His earnings in this work as of last year are at least  $1.7 million, according to a tally based on court records by the New York Times. Abrams is one of several attorneys making money by hunting for pandemic fraud, but Abrams is in it for more than just the earnings.

“We’re in America,” Abrams told Politico. “People have an absolute right to attack Israel unfairly, to slander Israel and so on. However, from my perspective, they don’t have the right to take government money to support their work that they’re not entitled to.”

He refers to his solo act as “lawfare” on behalf of Israel. 

Now, a major voice on the right is calling on the incoming Trump administration to make lawfare the central tactic of a national crackdown on antisemitism. The idea appears in Project Esther, a proposal from the conservative Heritage Foundation think tank, which urges the federal government to target groups it deems supportive of the Palestinian terrorist group Hamas, including Jewish Voice for Peace.

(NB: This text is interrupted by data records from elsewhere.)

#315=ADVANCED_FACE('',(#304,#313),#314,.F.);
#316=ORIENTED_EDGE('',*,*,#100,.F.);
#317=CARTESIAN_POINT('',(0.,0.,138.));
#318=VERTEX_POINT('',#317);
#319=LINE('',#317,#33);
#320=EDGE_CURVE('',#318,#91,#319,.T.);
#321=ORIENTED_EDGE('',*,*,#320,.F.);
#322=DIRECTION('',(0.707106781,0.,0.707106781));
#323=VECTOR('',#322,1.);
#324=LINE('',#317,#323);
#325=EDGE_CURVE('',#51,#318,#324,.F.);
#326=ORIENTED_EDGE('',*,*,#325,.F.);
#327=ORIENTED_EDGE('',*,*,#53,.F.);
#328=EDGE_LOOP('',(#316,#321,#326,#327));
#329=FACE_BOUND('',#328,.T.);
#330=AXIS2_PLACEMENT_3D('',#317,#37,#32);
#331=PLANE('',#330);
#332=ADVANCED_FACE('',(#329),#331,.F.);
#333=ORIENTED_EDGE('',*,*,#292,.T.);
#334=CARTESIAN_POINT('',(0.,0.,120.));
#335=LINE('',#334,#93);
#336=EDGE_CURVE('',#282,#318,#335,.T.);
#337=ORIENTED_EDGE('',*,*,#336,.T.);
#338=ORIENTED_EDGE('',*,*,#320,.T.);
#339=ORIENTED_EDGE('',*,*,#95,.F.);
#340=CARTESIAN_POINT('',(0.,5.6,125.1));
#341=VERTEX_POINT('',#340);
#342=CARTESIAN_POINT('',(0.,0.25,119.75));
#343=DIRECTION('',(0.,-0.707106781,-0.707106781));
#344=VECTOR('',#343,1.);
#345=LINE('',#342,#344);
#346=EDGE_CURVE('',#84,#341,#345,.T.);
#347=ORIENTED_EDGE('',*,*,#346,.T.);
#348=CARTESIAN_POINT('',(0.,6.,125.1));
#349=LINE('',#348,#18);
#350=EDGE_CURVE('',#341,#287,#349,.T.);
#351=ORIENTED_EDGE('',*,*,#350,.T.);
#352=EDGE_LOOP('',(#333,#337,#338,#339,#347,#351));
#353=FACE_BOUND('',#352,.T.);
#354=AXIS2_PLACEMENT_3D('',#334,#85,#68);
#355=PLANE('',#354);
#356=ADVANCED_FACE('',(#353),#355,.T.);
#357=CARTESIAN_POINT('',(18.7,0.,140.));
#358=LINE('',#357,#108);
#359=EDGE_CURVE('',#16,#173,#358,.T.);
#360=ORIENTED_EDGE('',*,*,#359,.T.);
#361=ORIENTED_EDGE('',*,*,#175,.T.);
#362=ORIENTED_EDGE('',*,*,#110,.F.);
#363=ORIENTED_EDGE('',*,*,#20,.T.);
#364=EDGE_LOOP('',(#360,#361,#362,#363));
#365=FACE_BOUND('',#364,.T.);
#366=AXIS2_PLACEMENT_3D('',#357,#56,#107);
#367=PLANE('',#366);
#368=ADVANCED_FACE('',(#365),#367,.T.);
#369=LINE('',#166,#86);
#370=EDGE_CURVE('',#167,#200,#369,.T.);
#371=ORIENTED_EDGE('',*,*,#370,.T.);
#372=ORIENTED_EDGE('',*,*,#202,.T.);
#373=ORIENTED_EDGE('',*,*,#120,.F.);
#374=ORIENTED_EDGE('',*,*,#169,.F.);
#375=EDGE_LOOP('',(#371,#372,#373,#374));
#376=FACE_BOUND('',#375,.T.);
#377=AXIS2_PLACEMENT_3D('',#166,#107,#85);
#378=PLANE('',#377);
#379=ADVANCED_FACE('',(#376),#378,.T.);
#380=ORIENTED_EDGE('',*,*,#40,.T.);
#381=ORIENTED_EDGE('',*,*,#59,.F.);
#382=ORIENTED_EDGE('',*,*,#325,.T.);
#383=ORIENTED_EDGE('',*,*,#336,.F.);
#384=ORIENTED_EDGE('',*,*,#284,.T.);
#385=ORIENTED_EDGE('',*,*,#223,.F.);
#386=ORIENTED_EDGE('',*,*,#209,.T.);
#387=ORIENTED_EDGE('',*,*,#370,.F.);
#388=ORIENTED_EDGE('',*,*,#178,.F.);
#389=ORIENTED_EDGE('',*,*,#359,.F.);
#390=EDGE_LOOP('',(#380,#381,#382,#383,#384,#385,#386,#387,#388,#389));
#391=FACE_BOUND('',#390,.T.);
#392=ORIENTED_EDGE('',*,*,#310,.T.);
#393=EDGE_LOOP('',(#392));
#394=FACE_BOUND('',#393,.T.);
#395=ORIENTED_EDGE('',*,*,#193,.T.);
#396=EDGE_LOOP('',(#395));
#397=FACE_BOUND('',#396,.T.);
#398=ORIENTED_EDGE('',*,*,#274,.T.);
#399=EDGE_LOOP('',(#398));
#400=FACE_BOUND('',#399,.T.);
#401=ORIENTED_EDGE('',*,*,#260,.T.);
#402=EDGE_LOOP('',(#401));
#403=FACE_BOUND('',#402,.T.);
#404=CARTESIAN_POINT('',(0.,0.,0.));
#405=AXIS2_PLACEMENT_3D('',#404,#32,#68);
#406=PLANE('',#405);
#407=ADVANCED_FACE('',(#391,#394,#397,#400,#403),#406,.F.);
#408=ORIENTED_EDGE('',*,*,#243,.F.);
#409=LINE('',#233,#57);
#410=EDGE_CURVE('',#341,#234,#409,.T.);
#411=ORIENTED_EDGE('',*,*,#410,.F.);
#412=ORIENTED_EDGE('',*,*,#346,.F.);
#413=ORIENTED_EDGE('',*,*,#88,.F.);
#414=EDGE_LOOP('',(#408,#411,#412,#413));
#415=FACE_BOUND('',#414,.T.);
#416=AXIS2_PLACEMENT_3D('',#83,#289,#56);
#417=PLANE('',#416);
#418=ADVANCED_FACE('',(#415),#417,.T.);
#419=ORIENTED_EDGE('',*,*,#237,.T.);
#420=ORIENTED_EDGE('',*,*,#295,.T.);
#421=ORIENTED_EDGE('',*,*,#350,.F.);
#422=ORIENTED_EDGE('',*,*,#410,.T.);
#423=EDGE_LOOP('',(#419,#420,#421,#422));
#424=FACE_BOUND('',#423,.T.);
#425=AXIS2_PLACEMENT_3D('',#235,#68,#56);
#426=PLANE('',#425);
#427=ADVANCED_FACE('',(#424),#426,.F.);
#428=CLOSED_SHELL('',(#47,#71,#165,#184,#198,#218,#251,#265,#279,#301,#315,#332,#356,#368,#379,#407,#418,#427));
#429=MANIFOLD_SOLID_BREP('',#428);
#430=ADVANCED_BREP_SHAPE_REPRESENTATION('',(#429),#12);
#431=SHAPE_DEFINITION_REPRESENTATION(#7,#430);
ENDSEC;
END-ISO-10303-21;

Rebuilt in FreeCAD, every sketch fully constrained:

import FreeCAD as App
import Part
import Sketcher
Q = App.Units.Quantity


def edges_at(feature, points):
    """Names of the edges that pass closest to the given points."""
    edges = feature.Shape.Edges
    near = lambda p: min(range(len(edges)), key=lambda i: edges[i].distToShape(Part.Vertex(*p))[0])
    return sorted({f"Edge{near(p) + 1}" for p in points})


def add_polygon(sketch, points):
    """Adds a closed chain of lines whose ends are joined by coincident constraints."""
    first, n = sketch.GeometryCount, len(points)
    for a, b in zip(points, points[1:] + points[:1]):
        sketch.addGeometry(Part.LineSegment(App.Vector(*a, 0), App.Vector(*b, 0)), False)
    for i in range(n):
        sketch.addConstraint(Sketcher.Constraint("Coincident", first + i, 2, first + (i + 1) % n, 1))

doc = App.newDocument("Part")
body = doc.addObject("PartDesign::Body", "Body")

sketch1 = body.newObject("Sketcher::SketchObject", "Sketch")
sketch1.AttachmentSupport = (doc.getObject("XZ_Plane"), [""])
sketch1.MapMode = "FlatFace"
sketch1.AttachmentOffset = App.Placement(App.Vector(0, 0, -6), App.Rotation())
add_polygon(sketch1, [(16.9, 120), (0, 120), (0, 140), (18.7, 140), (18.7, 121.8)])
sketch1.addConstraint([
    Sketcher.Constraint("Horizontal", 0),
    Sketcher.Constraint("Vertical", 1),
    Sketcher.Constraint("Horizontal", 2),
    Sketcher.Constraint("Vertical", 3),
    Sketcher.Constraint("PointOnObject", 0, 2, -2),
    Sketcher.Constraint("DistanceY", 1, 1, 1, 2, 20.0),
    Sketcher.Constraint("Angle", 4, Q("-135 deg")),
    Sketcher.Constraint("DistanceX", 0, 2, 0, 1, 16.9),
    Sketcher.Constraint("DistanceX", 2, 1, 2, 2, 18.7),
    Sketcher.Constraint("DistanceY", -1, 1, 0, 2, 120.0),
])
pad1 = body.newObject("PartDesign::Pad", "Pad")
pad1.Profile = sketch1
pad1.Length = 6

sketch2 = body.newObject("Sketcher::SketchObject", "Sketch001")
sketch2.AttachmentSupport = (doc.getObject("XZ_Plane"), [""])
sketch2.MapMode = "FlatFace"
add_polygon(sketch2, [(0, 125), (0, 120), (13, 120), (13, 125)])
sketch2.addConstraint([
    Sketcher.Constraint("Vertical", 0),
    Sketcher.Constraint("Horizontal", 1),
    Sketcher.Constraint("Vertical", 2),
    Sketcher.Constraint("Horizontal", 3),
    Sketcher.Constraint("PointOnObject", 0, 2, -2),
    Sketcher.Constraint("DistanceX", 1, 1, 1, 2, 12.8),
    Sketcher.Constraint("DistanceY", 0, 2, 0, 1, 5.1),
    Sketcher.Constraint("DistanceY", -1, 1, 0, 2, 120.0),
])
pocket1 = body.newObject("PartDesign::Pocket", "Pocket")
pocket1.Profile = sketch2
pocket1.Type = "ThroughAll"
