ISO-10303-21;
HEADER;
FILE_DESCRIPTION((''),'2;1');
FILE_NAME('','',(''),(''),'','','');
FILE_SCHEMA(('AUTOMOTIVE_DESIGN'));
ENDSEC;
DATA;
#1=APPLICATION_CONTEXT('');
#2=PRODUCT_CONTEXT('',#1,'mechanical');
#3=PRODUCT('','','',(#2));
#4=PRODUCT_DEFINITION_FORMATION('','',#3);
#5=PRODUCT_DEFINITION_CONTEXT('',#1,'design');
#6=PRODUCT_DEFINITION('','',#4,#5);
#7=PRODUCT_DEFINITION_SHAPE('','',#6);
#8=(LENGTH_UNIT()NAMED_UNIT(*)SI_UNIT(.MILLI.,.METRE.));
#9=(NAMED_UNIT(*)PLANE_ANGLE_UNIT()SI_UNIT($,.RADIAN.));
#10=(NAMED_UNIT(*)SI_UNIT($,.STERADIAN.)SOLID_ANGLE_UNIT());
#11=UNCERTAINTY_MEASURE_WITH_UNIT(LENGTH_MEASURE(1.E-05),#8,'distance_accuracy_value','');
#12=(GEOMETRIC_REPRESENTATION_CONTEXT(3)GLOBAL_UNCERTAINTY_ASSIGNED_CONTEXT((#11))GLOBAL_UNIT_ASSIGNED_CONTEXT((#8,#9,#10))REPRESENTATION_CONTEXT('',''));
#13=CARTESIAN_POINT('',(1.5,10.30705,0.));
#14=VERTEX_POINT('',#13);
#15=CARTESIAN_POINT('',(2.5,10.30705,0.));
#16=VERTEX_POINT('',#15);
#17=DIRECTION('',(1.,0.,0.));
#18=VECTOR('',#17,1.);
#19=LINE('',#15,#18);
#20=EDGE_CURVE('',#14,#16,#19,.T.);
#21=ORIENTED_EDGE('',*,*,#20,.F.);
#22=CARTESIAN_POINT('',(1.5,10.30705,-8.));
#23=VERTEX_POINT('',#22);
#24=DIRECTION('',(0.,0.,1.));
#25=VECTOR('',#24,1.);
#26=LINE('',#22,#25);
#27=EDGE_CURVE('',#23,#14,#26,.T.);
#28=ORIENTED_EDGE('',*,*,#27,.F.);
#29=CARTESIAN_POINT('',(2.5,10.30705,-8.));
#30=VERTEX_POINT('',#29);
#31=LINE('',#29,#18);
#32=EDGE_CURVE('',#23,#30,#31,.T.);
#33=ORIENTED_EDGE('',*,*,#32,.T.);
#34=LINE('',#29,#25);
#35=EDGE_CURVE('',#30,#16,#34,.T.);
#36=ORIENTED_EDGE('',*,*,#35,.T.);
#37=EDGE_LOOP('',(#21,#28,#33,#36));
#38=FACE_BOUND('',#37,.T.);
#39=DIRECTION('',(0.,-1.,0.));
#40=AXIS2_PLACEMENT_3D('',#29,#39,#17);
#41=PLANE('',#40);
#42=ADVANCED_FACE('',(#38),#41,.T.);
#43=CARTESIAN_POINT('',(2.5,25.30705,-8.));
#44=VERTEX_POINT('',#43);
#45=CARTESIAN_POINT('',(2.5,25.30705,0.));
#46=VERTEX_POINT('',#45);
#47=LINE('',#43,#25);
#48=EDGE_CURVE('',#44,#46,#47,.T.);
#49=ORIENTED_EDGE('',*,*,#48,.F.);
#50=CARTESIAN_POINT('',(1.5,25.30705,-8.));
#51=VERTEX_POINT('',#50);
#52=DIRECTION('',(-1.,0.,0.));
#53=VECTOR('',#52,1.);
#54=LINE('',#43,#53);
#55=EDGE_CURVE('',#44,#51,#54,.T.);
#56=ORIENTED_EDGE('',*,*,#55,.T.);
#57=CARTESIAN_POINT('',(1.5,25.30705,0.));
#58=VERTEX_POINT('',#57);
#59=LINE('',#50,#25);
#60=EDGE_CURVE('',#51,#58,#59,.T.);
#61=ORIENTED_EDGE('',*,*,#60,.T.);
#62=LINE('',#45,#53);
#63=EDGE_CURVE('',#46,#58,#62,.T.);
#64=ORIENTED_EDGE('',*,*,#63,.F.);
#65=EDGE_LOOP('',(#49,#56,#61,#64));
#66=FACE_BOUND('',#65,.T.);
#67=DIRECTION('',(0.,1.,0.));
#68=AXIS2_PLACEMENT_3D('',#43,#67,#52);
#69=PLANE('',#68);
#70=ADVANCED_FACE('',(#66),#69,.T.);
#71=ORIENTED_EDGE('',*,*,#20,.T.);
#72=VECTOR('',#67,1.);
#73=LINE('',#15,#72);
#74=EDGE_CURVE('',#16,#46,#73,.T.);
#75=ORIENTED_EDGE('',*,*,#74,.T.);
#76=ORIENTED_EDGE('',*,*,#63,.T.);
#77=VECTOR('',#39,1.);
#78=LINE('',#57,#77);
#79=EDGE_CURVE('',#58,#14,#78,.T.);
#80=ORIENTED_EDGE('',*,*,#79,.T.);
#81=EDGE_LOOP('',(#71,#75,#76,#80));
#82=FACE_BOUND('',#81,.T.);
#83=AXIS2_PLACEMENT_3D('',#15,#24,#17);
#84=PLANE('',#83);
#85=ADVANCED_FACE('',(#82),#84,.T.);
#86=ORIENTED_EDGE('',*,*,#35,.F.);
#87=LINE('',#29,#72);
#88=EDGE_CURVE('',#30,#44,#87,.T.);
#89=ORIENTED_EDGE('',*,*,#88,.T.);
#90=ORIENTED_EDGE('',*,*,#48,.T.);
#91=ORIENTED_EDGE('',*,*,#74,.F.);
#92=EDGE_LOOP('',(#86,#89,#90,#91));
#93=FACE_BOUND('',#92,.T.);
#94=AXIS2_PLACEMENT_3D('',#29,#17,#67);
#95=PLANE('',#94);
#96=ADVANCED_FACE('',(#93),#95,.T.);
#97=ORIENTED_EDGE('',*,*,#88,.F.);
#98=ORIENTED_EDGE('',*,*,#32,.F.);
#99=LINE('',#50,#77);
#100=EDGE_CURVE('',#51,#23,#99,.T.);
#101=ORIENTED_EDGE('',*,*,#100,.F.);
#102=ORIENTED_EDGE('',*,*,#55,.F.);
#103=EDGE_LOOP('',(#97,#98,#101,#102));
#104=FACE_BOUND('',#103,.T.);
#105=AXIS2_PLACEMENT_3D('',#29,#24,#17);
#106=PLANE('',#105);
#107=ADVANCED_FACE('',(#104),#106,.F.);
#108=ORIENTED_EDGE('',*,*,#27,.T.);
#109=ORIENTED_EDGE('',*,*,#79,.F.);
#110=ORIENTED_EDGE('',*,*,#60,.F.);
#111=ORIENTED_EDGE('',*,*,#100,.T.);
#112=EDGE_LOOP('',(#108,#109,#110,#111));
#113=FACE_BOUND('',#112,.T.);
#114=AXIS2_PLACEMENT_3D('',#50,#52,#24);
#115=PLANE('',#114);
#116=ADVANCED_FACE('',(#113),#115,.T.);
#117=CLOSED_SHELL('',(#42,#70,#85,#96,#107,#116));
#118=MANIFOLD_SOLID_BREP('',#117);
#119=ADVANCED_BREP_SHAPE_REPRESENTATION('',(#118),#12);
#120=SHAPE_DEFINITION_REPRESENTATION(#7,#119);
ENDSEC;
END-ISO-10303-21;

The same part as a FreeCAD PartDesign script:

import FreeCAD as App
import Part
import Sketcher

doc = App.newDocument("Part")
body = doc.addObject("PartDesign::Body", "Body")

# Sketch on XY plane
sketch1 = body.newObject("Sketcher::SketchObject", "Sketch")
sketch1.AttachmentSupport = (doc.getObject("XY_Plane"), [""])
sketch1.MapMode = "FlatFace"
sketch1.addGeometry(Part.LineSegment(App.Vector(1.5, 25.3, 0), App.Vector(1.5, 10.3, 0)), False)
sketch1.addGeometry(Part.LineSegment(App.Vector(1.5, 10.3, 0), App.Vector(2.5, 10.3, 0)), False)
sketch1.addGeometry(Part.LineSegment(App.Vector(2.5, 10.3, 0), App.Vector(2.5, 25.3, 0)), False)
sketch1.addGeometry(Part.LineSegment(App.Vector(2.5, 25.3, 0), App.Vector(1.5, 25.3, 0)), False)
sketch1.addConstraint(Sketcher.Constraint("Coincident", 0, 2, 1, 1))
sketch1.addConstraint(Sketcher.Constraint("Coincident", 1, 2, 2, 1))
sketch1.addConstraint(Sketcher.Constraint("Coincident", 2, 2, 3, 1))
sketch1.addConstraint(Sketcher.Constraint("Coincident", 3, 2, 0, 1))
sketch1.addConstraint(Sketcher.Constraint("Vertical", 0))
sketch1.addConstraint(Sketcher.Constraint("Horizontal", 1))
sketch1.addConstraint(Sketcher.Constraint("Vertical", 2))
sketch1.addConstraint(Sketcher.Constraint("Horizontal", 3))
sketch1.addConstraint(Sketcher.Constraint("DistanceX", 1, 1, 1, 2, 1.0))
sketch1.addConstraint(Sketcher.Constraint("DistanceY", 0, 2, 0, 1, 15.0))
sketch1.addConstraint(Sketcher.Constraint("DistanceX", -1, 1, 0, 2, 1.5))
sketch1.addConstraint(Sketcher.Constraint("DistanceY", -1, 1, 0, 2, 10.30705))
pad1 = body.newObject("PartDesign::Pad", "Pad")
pad1.Profile = sketch1
pad1.Length = 8
pad1.Reversed = True

doc.recompute()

In this case, Abrams found that JVP had received $340,000 through the Coronavirus Aid, Relief and Economic Security Act. He believed the group should have been ineligible for funding—money that millions of American companies and nonprofits had also received during the pandemic—due to rules excluding entities “primarily engaged in political or lobbying activities.”

He filed a lawsuit in late 2021 accusing JVP of lying on its application form, citing the group’s stated mission of campaigning to change U.S. policy on Israel. The federal prosecutors who looked at the case agreed with Abrams’ assessment and decided to move forward with it. If the matter had gone to trial and prosecutors had prevailed, JVP would have had to pay back in damages triple the amount it received. 

Instead, a settlement limits the penalty to only double the amount, with no admission of liability by JVP. The group maintains that “any misstatements in this application were inadvertent,” according to the Justice Department. JVP’s leadership did not respond to a request for comment. 

Abrams, who also did not respond to a request for comment, is owed about $68,000, or 10 percent of the penalty, according to a copy of the settlement agreement from the Justice Department. He will also collect about $1,800 from JVP, an amount representing his fees and expenses in filing the initial whistleblower lawsuit. 

The JVP settlement comes several months after the resolution of another Abrams-instigated case against a Jewish group that is critical of Israel. In September, Americans For Peace Now, the U.S. fundraising arm of a progressive Israeli group that advocates for the two-state solution, reached a deal with federal prosecutors to pay $262,000 over an identical allegation. 

The group’s president and CEO, Hadar Susskind, told the New York Times it settled to avoid the cost of litigation but that the group genuinely didn’t consider itself a political organization when it applied for the pandemic relief money.   

Abrams is also behind two earlier pandemic fraud settlements signed by left-leaning Washington think tanks: the Middle East Institute and the Institute for Policy Studies.

Before the pandemic, when Abrams had just started his Zionist Advocacy Center work, he waged lawfare with a focus on humanitarian groups working in Gaza, such as Norwegian People’s Aid, that had received contracts from the American government through USAID. He alleged that his targets had lied when certifying to USAID they had no links to terrorists. Norwegian People’s Aid paid a penalty of $2 million to settle the matter. 

Not all of the cases Abrams brings are successful. In 2020, a judge threw out a case he brought against the New Israel Fund, a group supporting left-wing causes in Israel, in which he alleged the group had abused its tax-exempt status.

And, in 2015 he sued the humanitarian group founded by the late President Jimmy Carter, accusing the Carter Center of support for terrorists over a gathering for Palestinian politicians in which it served them “physical assets of fruits, cookies, bottled water, and presumably other foods and drinks.” Government prosecutors dropped the case.